» WORK TO BE COMPLETED
With the line containing "#310=CARTESIAN_POINT('',(100.,0.,0.));" as the starting point, write out each line exactly through the final line of the listing, both ends included.

[[ RECORDS FOR THIS TASK, beginning ]]

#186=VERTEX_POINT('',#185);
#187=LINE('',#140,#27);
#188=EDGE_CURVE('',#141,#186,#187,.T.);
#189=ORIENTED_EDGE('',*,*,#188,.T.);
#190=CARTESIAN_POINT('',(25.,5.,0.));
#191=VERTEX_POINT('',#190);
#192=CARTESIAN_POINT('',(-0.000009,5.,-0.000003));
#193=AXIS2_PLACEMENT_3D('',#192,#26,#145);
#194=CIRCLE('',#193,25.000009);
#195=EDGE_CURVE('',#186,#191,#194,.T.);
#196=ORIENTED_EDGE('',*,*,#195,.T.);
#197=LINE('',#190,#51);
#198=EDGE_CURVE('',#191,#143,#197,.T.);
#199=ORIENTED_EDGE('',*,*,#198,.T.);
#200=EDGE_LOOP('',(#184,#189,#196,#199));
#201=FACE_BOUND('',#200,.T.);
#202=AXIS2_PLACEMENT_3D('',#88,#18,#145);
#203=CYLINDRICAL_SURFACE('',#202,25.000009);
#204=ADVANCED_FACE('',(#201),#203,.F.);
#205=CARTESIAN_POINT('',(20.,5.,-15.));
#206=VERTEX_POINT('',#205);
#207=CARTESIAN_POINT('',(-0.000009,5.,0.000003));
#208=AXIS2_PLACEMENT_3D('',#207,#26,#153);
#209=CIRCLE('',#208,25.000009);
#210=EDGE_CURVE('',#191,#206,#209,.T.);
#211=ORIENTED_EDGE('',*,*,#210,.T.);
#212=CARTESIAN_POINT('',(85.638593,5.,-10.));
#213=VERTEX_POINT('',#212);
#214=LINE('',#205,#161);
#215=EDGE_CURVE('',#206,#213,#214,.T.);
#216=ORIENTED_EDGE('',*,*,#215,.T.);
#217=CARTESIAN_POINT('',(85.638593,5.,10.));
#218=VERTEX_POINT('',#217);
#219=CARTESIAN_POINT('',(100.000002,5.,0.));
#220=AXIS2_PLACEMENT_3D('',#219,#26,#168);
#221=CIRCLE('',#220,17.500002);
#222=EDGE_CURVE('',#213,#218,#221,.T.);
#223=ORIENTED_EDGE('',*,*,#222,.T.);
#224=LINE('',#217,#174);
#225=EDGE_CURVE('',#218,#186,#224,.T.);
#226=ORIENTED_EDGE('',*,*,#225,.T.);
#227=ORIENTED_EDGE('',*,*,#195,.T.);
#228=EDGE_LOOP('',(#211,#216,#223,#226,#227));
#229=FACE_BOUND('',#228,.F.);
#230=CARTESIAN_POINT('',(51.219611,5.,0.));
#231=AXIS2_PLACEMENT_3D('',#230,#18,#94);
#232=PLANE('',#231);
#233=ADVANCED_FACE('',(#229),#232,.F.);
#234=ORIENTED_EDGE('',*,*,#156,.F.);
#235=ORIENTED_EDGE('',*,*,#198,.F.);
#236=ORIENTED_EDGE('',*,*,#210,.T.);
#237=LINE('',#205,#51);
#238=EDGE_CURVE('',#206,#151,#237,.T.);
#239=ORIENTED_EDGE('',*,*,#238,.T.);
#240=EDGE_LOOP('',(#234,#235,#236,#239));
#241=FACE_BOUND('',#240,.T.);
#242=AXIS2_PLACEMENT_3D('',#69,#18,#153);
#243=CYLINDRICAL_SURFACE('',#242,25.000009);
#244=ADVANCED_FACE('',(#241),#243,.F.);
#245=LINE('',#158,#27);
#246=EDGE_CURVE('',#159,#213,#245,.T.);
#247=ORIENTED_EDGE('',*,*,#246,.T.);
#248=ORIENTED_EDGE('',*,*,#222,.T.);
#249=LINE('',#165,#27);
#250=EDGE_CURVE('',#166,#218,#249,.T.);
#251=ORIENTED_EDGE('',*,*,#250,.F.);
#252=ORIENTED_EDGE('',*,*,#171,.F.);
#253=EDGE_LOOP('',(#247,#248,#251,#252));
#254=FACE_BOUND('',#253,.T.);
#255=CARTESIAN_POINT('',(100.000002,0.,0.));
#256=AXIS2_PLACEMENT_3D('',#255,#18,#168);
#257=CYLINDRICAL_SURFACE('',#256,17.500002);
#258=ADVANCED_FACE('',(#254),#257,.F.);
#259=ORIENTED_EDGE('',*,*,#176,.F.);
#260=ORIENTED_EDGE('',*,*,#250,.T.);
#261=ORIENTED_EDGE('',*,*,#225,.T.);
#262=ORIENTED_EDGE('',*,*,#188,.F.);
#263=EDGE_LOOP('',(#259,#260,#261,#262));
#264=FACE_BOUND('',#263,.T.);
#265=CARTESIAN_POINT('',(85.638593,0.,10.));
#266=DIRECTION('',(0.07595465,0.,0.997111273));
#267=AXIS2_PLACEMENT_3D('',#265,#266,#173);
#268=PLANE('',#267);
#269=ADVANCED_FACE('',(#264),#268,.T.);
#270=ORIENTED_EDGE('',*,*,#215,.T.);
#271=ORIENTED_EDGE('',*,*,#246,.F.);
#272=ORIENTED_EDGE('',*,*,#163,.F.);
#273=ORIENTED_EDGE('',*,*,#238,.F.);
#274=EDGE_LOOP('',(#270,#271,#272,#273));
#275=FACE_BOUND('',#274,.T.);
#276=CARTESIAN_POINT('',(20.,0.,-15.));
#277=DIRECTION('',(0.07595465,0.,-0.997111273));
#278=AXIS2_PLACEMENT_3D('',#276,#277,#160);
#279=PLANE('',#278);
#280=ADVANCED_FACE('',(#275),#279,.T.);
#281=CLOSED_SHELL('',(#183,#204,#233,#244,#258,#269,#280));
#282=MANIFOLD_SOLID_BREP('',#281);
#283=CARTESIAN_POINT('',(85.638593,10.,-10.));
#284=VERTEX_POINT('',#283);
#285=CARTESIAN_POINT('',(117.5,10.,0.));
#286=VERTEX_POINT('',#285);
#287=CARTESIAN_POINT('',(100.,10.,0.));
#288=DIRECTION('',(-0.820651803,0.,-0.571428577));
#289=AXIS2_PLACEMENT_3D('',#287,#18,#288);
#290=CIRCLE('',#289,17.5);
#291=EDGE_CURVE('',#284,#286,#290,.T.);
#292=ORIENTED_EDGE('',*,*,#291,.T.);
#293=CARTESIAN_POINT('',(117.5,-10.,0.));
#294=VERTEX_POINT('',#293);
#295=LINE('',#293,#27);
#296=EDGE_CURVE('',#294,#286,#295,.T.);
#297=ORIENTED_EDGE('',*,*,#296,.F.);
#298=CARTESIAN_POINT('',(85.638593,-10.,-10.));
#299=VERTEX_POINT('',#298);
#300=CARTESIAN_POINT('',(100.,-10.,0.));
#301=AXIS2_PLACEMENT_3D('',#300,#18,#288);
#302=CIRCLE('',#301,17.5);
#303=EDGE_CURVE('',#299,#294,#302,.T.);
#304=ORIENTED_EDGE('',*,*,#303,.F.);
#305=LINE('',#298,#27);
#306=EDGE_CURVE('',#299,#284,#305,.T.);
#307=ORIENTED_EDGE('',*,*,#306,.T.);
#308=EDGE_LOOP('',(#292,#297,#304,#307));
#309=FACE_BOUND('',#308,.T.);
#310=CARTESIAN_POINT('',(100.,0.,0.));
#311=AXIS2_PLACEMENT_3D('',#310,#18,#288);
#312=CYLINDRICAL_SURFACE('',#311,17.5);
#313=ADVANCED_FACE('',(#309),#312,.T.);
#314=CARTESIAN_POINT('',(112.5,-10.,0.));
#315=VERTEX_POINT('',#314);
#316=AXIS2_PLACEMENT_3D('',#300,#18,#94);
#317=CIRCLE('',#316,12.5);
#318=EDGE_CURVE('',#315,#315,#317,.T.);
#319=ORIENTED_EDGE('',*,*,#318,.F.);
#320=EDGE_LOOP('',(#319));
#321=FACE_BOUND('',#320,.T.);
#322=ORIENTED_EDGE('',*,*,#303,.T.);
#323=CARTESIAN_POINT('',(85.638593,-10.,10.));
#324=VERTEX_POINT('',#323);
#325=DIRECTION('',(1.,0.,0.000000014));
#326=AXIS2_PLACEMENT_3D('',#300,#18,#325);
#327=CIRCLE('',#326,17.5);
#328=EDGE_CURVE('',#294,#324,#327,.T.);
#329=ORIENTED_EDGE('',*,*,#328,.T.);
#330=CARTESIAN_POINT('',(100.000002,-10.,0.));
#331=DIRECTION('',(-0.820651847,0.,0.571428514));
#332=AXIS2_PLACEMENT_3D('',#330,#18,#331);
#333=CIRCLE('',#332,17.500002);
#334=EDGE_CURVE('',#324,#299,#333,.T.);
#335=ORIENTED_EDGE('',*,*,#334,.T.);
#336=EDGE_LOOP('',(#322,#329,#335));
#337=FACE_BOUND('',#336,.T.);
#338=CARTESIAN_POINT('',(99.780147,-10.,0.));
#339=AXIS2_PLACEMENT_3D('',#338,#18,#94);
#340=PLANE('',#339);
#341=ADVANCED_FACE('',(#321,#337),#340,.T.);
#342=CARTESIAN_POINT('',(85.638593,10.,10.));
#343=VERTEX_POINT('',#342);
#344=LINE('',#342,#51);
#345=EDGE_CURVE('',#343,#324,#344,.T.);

[[ RECORDS FOR THIS TASK, end ]]

» YOUR SOLUTION
#310=CARTESIAN_POINT('',(100.,0.,0.));
#311=AXIS2_PLACEMENT_3D('',#310,#18,#288);
#312=CYLINDRICAL_SURFACE('',#311,17.5);
#313=ADVANCED_FACE('',(#309),#312,.T.);
#314=CARTESIAN_POINT('',(112.5,-10.,0.));
#315=VERTEX_POINT('',#314);
#316=AXIS2_PLACEMENT_3D('',#300,#18,#94);
#317=CIRCLE('',#316,12.5);
#318=EDGE_CURVE('',#315,#315,#317,.T.);
#319=ORIENTED_EDGE('',*,*,#318,.F.);
#320=EDGE_LOOP('',(#319));
#321=FACE_BOUND('',#320,.T.);
#322=ORIENTED_EDGE('',*,*,#303,.T.);
#323=CARTESIAN_POINT('',(85.638593,-10.,10.));
#324=VERTEX_POINT('',#323);
#325=DIRECTION('',(1.,0.,0.000000014));
#326=AXIS2_PLACEMENT_3D('',#300,#18,#325);
#327=CIRCLE('',#326,17.5);
#328=EDGE_CURVE('',#294,#324,#327,.T.);
#329=ORIENTED_EDGE('',*,*,#328,.T.);
#330=CARTESIAN_POINT('',(100.000002,-10.,0.));
#331=DIRECTION('',(-0.820651847,0.,0.571428514));
#332=AXIS2_PLACEMENT_3D('',#330,#18,#331);
#333=CIRCLE('',#332,17.500002);
#334=EDGE_CURVE('',#324,#299,#333,.T.);
#335=ORIENTED_EDGE('',*,*,#334,.T.);
#336=EDGE_LOOP('',(#322,#329,#335));
#337=FACE_BOUND('',#336,.T.);
#338=CARTESIAN_POINT('',(99.780147,-10.,0.));
#339=AXIS2_PLACEMENT_3D('',#338,#18,#94);
#340=PLANE('',#339);
#341=ADVANCED_FACE('',(#321,#337),#340,.T.);
#342=CARTESIAN_POINT('',(85.638593,10.,10.));
#343=VERTEX_POINT('',#342);
#344=LINE('',#342,#51);
#345=EDGE_CURVE('',#343,#324,#344,.T.);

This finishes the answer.